The four most famous international exchanges:

Binance INTL
OKX INTL
Gate.io INTL
Huobi INTL
Binance International Line OKX International Line Gate.io International Line Huobi International Line
China Line APP DL China Line APP DL
China Line APP DL
China Line APP DL

Note: The above exchange logo is the official website registration link, and the text is the APP download link.


A recent survey by Coinfirm showed that only 14% of 216 exchanges worldwide have regulatory approval. Such low regulatory coverage is not surprising, given that cryptocurrency exchanges in many jurisdictions have experienced hacking, fraud, and market manipulation.

Forbes believes that the statistics partly reflect the fact that regulators around the world are still studying how to regulate cryptocurrencies and related financial intermediaries. In the process, they will face many challenges:

1. Take advantage of financial innovation while reducing risks. Regulators and companies must work hard to understand each other's positions when working together to develop regulatory standards. Imposing strict regulatory policies on exchanges may cause them to move to jurisdictions with loose regulation. This inconsistency occurs when governments in different countries apply different definitions of encryption and adopt different encryption policies.

2. The vague positioning of cryptocurrencies. At present, the distinction between different types of crypto assets and their legal status remain unclear. The current securities law existed before the invention of digital currency. The U.S. Securities and Exchange Commission uses the Howey test method from more than 70 years ago to determine whether investment tokens are securities. However, some SEC officials admit that Bitcoin and Ethereum, the top two cryptocurrencies by market value, are not securities.

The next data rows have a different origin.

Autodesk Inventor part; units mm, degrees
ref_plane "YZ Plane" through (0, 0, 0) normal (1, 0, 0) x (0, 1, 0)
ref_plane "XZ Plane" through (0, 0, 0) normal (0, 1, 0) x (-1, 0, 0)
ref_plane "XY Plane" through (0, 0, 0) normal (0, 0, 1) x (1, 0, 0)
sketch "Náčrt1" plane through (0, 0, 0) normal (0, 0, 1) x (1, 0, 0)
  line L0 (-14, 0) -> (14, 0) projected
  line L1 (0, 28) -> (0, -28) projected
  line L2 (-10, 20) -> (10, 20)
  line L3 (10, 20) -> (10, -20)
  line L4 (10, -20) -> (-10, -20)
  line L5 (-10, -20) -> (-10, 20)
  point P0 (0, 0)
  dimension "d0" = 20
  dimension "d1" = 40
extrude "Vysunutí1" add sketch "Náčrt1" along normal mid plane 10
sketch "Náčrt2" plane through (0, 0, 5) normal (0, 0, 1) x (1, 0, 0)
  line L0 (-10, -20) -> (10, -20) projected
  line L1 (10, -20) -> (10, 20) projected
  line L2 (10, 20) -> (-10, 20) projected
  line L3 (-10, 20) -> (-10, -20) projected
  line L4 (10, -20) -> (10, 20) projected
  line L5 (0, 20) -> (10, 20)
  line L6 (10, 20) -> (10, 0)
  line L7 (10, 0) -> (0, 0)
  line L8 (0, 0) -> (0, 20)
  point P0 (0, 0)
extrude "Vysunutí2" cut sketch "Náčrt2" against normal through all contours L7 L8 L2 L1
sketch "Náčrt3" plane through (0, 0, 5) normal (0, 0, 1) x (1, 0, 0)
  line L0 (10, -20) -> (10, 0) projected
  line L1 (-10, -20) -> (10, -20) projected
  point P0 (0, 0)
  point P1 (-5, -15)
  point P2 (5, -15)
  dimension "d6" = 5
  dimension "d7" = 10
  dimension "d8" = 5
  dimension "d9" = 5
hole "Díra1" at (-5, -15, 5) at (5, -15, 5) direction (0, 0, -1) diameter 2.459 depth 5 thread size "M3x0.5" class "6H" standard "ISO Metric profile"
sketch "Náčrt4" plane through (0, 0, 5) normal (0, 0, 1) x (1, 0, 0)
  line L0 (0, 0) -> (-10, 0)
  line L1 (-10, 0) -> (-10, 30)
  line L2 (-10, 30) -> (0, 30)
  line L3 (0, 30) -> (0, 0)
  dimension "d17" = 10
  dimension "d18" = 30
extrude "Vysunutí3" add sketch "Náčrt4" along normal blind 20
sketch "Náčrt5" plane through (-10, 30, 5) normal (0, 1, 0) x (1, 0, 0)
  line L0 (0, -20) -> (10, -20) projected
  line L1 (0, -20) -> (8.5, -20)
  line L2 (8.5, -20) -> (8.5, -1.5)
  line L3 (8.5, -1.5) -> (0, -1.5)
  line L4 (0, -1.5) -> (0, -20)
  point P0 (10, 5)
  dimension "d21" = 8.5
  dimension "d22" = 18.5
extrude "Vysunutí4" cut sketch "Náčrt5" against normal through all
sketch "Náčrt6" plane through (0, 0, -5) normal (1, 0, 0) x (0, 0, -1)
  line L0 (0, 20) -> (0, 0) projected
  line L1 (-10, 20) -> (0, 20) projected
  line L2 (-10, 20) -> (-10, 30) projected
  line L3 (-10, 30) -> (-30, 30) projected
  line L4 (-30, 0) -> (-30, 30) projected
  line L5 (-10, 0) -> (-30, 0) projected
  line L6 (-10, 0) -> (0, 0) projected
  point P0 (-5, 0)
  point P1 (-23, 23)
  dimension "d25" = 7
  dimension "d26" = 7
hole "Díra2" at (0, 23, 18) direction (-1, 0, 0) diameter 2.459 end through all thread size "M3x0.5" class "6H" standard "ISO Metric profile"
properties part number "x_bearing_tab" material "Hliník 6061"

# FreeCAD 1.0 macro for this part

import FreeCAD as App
import Part
import Sketcher

V = App.Vector


def add_polygon(sketch, points):
    """Adds a closed chain of lines whose ends are joined by coincident constraints."""
    first, n = sketch.GeometryCount, len(points)
    for a, b in zip(points, points[1:] + points[:1]):
        sketch.addGeometry(Part.LineSegment(App.Vector(*a, 0), App.Vector(*b, 0)), False)
    for i in range(n):
        sketch.addConstraint(Sketcher.Constraint("Coincident", first + i, 2, first + (i + 1) % n, 1))

doc = App.newDocument("Part")
body = doc.addObject("PartDesign::Body", "Body")

# Sketch on XY plane
sketch1 = body.newObject("Sketcher::SketchObject", "Sketch")
sketch1.AttachmentSupport = (doc.getObject("XY_Plane"), [""])
sketch1.MapMode = "FlatFace"
add_polygon(sketch1, [(-10, 20), (-10, -20), (10, -20), (10, 20)])  # lines 0-3
sketch1.addConstraint([
    Sketcher.Constraint("Vertical", 0),
    Sketcher.Constraint("Horizontal", 1),
    Sketcher.Constraint("Vertical", 2),
    Sketcher.Constraint("Horizontal", 3),
    Sketcher.Constraint("Symmetric", 0, 2, 2, 2, -1, 1),
    Sketcher.Constraint("DistanceX", 1, 1, 1, 2, 20.0),
    Sketcher.Constraint("DistanceY", 0, 2, 0, 1, 40.0),
])
pad1 = body.newObject("PartDesign::Pad", "Pad")
pad1.Profile = sketch1
pad1.Length = 10
pad1.Midplane = True

# Sketch on XY plane
sketch2 = body.newObject("Sketcher::SketchObject", "Sketch001")
sketch2.AttachmentSupport = (doc.getObject("XY_Plane"), [""])
sketch2.MapMode = "FlatFace"
sketch2.AttachmentOffset = App.Placement(V(0, 0, 5), App.Rotation())
add_polygon(sketch2, [(0, 0), (10, 0), (10, 20), (0, 20)])  # lines 0-3
sketch2.addConstraint([
    Sketcher.Constraint("Horizontal", 0),
    Sketcher.Constraint("Vertical", 1),
    Sketcher.Constraint("Horizontal", 2),
    Sketcher.Constraint("Vertical", 3),
    Sketcher.Constraint("Coincident", 3, 2, -1, 1),
    Sketcher.Constraint("DistanceX", 0, 1, 0, 2, 10.0),
    Sketcher.Constraint("DistanceY", 1, 1, 1, 2, 20.0),
])
pocket1 = body.newObject("PartDesign::Pocket", "Pocket")
pocket1.Profile = sketch2
pocket1.Type = "ThroughAll"

# Sketch on XY plane
sketch3 = body.newObject("Sketcher::SketchObject", "Sketch002")
sketch3.AttachmentSupport = (doc.getObject("XY_Plane"), [""])
sketch3.MapMode = "FlatFace"
sketch3.AttachmentOffset = App.Placement(V(0, 0, 5), App.Rotation())
sketch3.addGeometry([
    Part.Circle(V(-5, -15, 0), V(0, 0, 1), 1.2),
    Part.Circle(V(5, -15, 0), V(0, 0, 1), 1.2),
], False)
sketch3.addConstraint([
    Sketcher.Constraint("Equal", 0, 1),
    Sketcher.Constraint("Symmetric", 0, 3, 1, 3, -2),
    Sketcher.Constraint("Diameter", 0, 2.459),
    Sketcher.Constraint("DistanceX", 0, 3, -1, 1, 5.0),
    Sketcher.Constraint("DistanceY", 0, 3, -1, 1, 15.0),
])
doc.recompute()
hole = body.newObject("PartDesign::Hole", "Hole")
hole.Profile = sketch3
hole.ThreadType = "None"
hole.Diameter = 2.459
hole.DepthType = "Dimension"
hole.Depth = 5
hole.DrillPoint = "Flat"

# Sketch on XY plane
sketch4 = body.newObject("Sketcher::SketchObject", "Sketch003")
sketch4.AttachmentSupport = (doc.getObject("XY_Plane"), [""])
sketch4.MapMode = "FlatFace"
sketch4.AttachmentOffset = App.Placement(V(0, 0, 5), App.Rotation())
add_polygon(sketch4, [(-10, 0), (0, 0), (0, 30), (-10, 30)])  # lines 0-3
sketch4.addConstraint([
    Sketcher.Constraint("Horizontal", 0),
    Sketcher.Constraint("Vertical", 1),
    Sketcher.Constraint("Horizontal", 2),
    Sketcher.Constraint("Vertical", 3),
    Sketcher.Constraint("Coincident", 0, 2, -1, 1),
    Sketcher.Constraint("DistanceX", 0, 1, 0, 2, 10.0),
    Sketcher.Constraint("DistanceY", 1, 1, 1, 2, 30.0),
])
pad2 = body.newObject("PartDesign::Pad", "Pad001")
pad2.Profile = sketch4
pad2.Length = 20

# Sketch on XZ plane
sketch5 = body.newObject("Sketcher::SketchObject", "Sketch004")
sketch5.AttachmentSupport = (doc.getObject("XZ_Plane"), [""])
sketch5.MapMode = "FlatFace"
sketch5.AttachmentOffset = App.Placement(V(0, 0, -30), App.Rotation())
add_polygon(sketch5, [(-10, 6), (-10, 25), (-2, 25), (-2, 6)])  # lines 0-3
sketch5.addConstraint([
    Sketcher.Constraint("Vertical", 0),
    Sketcher.Constraint("Horizontal", 1),
    Sketcher.Constraint("Vertical", 2),
    Sketcher.Constraint("Horizontal", 3),
    Sketcher.Constraint("DistanceX", 1, 1, 1, 2, 8.5),
    Sketcher.Constraint("DistanceY", 0, 1, 0, 2, 18.5),
    Sketcher.Constraint("DistanceX", 0, 2, -1, 1, 10.0),
    Sketcher.Constraint("DistanceY", -1, 1, 0, 2, 25.0),
])
pocket2 = body.newObject("PartDesign::Pocket", "Pocket001")
pocket2.Profile = sketch5
pocket2.Type = "ThroughAll"
pocket2.Reversed = True

# Sketch on YZ plane
sketch6 = body.newObject("Sketcher::SketchObject", "Sketch005")
sketch6.AttachmentSupport = (doc.getObject("YZ_Plane"), [""])
sketch6.MapMode = "FlatFace"
sketch6.addGeometry(Part.Circle(V(23, 18, 0), V(0, 0, 1), 1.2), False)
sketch6.addConstraint([
    Sketcher.Constraint("Diameter", 0, 2.459),
    Sketcher.Constraint("DistanceX", -1, 1, 0, 3, 23.0),
    Sketcher.Constraint("DistanceY", -1, 1, 0, 3, 18.0),
])
doc.recompute()
hole2 = body.newObject("PartDesign::Hole", "Hole001")
hole2.Profile = sketch6
hole2.ThreadType = "None"
hole2.Diameter = 2.459
hole2.DepthType = "ThroughAll"

doc.recompute()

3. A decentralized regulatory system. In addition to having multiple regulators at the federal level, the U.S. financial system also delegates some responsibilities to the states. Timothy Massad, former chairman of the CFTC, said Congress is still a long way from solving the regulatory issues of crypto assets. Massad wrote, "All crypto asset trading sites should issue the same warning because the regulatory gap is wide and dangerous. The current situation is that fraud is widespread and investor protection is weak. This gap is caused by our fragmented regulatory system. Although a few agencies have certain jurisdictions, no agency has sufficient power. The gap is where trading activities are most frequent." 4. Financial technology innovation. Financial technologies such as crypto assets are often not so mature and robust in the early stages of innovation, which should allow users to circumvent or internally control. In addition, crypto exchanges may assume multiple functions, acting as markets, brokers, custodians, and even exclusive holders of assets. This may lead to increased risks of conflicts of interest that are difficult to regulate. Compared with stock and commodity exchanges, the field also lacks sufficient third-party tools to regulate transactions or accounts. This lack of regulation will cause the cryptocurrency market to pose a continuous threat to market integrity and investor protection. Bloomberg Businessweek mentioned the issue of manipulating trading on crypto exchanges in an article on July 25, 2019. The author stated, "Major exchanges that trade traditional assets such as stocks are subject to strict regulation. But cryptocurrency exchanges do not have these, and investors cannot know whether the trading volume and prices they see are real or not." Former CFTC Chairman Gary Gensler pointed out that the focus of the regulatory agency is to protect investors by preventing market manipulation. Some states in the United States have taken the lead in digital asset regulation. Caitlin Long of the Wyoming Blockchain Alliance mentioned that Wyoming has passed 13 blockchain-compliant laws and has developed a regulatory framework to establish direct property rights to ensure that people who own cryptocurrencies are protected. Their focus is to protect consumers from the impact of the bankruptcy of exchanges or custodians.